Microsoft confirms publication of stolen Hotmail accounts

Microsoft has confirmed that the credentials of thousands of stolen Windows Live Hotmail accounts have been made public. The software giant advises its users to change the password and check their bank account properly.

Around October 1, strangers published a list of more than ten thousand Hotmail accounts on the Pastebin.com website. These are e-mail addresses starting with the letters ‘a’ and ‘b’, and ending with Hotmail.com, msn.com and live.com, so reports the BBC. The British broadcaster says it has seen the list and states that the data is authentic. It would mainly concern accounts of European users. The account list has since been removed from Pastebin.

Microsoft confirms the problem and said it has launched an investigation into the source of the list and the potential impact on Windows Live Hotmail users.

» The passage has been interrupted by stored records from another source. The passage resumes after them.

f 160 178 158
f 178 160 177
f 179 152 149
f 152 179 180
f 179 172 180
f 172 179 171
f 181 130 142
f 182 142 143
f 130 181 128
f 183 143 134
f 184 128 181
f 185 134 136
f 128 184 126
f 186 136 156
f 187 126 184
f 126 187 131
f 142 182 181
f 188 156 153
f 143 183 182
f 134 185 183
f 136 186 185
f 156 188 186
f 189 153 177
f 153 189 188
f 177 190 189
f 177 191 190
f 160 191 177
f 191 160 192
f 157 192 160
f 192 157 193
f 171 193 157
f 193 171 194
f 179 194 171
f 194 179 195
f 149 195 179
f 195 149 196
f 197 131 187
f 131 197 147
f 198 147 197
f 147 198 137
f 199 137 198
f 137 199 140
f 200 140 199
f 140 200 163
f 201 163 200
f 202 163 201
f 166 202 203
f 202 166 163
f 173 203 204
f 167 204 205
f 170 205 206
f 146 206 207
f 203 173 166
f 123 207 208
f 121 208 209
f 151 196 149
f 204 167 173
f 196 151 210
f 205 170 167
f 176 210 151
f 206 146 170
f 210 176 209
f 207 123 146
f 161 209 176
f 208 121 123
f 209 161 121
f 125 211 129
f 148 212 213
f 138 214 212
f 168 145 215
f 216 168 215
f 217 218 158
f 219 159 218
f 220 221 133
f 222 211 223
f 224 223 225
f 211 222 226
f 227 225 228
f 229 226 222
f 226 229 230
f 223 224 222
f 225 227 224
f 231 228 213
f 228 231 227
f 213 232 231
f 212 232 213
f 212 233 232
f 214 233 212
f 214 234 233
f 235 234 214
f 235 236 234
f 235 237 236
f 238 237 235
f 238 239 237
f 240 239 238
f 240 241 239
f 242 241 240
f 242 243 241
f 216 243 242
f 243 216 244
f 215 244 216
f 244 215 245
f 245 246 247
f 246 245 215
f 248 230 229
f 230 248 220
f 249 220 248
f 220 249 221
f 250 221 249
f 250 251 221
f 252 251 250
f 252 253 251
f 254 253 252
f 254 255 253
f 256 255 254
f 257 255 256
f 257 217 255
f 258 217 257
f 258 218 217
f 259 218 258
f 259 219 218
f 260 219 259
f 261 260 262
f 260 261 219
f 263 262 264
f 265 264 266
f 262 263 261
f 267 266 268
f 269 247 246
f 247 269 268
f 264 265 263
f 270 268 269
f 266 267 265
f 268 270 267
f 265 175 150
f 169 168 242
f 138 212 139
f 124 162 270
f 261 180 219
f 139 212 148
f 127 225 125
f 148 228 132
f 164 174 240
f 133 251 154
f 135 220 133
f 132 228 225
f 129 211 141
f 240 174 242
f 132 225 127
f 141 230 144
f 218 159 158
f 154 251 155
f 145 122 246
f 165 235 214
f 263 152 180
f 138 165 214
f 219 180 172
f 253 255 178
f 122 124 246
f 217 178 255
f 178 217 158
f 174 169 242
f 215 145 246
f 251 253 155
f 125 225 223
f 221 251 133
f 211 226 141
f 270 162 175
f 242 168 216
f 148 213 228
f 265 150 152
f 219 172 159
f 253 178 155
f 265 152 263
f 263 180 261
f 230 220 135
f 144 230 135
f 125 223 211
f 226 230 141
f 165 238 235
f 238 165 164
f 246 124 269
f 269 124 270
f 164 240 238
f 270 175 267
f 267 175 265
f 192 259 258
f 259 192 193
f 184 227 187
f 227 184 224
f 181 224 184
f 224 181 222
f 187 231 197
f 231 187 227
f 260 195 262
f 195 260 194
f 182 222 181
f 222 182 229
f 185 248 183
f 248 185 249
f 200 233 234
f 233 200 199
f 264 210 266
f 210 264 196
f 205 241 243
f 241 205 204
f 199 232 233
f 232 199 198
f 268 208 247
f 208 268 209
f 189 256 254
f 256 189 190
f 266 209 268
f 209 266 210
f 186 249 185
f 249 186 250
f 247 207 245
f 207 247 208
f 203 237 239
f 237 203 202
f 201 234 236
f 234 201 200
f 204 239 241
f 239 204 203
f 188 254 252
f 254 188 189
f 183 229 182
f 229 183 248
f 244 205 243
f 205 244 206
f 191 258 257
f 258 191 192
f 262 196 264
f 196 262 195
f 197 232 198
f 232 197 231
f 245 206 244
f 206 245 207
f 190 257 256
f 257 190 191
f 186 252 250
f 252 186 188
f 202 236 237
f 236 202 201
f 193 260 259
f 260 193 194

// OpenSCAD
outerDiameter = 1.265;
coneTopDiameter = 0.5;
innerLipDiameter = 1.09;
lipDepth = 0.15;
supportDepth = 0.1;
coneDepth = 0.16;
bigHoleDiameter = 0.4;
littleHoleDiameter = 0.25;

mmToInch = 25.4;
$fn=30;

The software giant urgently advises users of its free webmail service to immediately choose a different password. Because many users also use the same password to log in to other websites, Microsoft states that they would do well to change their password there as well. In addition, users should keep a close eye on their bank account to identify any suspicious transactions.

Where exactly the list of account details comes from is unknown. Microsoft claims that the published credentials do not come from the company itself and suspects that they were obtained through phishing, but evidence is still lacking. An employee of the security firm Sophos says the list of 10,000 accounts may be just the tip of the iceberg and many more Hotmail accounts may have been affected.